┌─ Records for this task
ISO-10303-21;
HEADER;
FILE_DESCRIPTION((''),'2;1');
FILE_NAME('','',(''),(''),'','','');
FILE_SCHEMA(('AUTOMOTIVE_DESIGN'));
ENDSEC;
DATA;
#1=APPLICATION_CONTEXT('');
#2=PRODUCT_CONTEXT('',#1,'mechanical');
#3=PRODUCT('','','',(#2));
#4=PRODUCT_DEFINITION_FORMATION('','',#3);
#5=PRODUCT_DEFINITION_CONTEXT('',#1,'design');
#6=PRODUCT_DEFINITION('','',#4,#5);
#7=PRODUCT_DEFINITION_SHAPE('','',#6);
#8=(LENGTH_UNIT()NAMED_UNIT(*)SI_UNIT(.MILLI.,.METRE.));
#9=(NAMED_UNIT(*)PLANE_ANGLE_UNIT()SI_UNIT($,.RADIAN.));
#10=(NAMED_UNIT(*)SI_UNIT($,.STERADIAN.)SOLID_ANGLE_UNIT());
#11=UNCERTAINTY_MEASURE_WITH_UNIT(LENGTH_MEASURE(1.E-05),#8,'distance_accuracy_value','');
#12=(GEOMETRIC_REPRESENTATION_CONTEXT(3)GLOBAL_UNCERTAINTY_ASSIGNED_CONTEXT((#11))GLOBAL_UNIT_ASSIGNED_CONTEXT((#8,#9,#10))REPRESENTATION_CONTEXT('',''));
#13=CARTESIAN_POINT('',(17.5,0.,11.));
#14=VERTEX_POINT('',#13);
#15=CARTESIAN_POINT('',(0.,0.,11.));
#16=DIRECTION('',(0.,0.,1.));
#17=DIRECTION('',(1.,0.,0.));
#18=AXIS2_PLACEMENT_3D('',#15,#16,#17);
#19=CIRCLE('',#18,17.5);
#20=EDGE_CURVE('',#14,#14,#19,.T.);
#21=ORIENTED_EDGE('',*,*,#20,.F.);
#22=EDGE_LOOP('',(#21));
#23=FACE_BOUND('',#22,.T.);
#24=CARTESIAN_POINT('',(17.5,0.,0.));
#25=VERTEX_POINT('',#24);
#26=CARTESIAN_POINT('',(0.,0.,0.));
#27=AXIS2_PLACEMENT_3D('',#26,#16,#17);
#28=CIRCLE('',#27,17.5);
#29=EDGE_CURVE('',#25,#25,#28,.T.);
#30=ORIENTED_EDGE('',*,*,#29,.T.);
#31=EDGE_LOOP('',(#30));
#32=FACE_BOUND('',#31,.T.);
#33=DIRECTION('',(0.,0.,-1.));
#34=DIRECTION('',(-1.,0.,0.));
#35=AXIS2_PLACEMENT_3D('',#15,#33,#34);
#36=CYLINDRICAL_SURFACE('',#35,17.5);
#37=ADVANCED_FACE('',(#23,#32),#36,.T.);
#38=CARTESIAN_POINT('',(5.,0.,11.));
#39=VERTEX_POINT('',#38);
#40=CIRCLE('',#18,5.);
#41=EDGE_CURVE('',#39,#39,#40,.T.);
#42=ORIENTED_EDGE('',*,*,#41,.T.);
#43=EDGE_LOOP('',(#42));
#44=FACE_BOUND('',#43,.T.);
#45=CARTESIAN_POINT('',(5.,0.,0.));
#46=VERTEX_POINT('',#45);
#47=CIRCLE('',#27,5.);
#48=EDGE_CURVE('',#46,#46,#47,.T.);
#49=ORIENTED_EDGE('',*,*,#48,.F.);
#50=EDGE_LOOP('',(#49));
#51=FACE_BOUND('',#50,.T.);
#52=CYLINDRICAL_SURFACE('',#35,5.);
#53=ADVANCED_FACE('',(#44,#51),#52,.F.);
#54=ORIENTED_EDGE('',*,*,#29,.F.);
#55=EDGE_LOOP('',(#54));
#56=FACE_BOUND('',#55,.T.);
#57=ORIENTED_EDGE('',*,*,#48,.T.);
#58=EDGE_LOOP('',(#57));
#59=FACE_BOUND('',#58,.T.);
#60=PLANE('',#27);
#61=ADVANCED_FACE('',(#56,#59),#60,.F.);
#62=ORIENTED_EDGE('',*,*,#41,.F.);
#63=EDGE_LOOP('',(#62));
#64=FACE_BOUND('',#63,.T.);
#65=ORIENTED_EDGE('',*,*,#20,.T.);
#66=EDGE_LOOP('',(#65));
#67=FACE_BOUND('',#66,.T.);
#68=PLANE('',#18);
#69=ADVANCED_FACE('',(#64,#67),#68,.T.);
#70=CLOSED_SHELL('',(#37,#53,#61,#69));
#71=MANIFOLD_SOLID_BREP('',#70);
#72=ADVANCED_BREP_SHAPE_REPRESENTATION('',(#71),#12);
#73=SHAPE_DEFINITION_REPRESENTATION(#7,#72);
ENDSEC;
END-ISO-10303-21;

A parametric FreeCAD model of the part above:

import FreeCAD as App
import Part
import Sketcher

doc = App.newDocument("Part")
body = doc.addObject("PartDesign::Body", "Body")

sketch1 = body.newObject("Sketcher::SketchObject", "Sketch")
sketch1.AttachmentSupport = (doc.getObject("XY_Plane"), [""])
sketch1.MapMode = "FlatFace"
sketch1.addGeometry(Part.Circle(App.Vector(0, 0, 0), App.Vector(0, 0, 1), 18), False)
sketch1.addGeometry(Part.Circle(App.Vector(0, 0, 0), App.Vector(0, 0, 1), 5), False)
sketch1.addConstraint(Sketcher.Constraint("Coincident", 0, 3, -1, 1))
sketch1.addConstraint(Sketcher.Constraint("Coincident", 1, 3, -1, 1))
sketch1.addConstraint(Sketcher.Constraint("Diameter", 0, 35.0))
sketch1.addConstraint(Sketcher.Constraint("Diameter", 1, 10.0))
pad1 = body.newObject("PartDesign::Pad", "Pad")
pad1.Profile = sketch1
pad1.Length = 11

doc.recompute()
└─
- **Work order**
Word for word, restate the lines above from the line containing "#35=AXIS2_PLACEMENT_3D('',#15,#33,#34);" through the line containing "#53=ADVANCED_FACE('',(#44,#51),#52,.F.);", with both included and nothing else.

- **Response to this task**
#35=AXIS2_PLACEMENT_3D('',#15,#33,#34);
#36=CYLINDRICAL_SURFACE('',#35,17.5);
#37=ADVANCED_FACE('',(#23,#32),#36,.T.);
#38=CARTESIAN_POINT('',(5.,0.,11.));
#39=VERTEX_POINT('',#38);
#40=CIRCLE('',#18,5.);
#41=EDGE_CURVE('',#39,#39,#40,.T.);
#42=ORIENTED_EDGE('',*,*,#41,.T.);
#43=EDGE_LOOP('',(#42));
#44=FACE_BOUND('',#43,.T.);
#45=CARTESIAN_POINT('',(5.,0.,0.));
#46=VERTEX_POINT('',#45);
#47=CIRCLE('',#27,5.);
#48=EDGE_CURVE('',#46,#46,#47,.T.);
#49=ORIENTED_EDGE('',*,*,#48,.F.);
#50=EDGE_LOOP('',(#49));
#51=FACE_BOUND('',#50,.T.);
#52=CYLINDRICAL_SURFACE('',#35,5.);
#53=ADVANCED_FACE('',(#44,#51),#52,.F.);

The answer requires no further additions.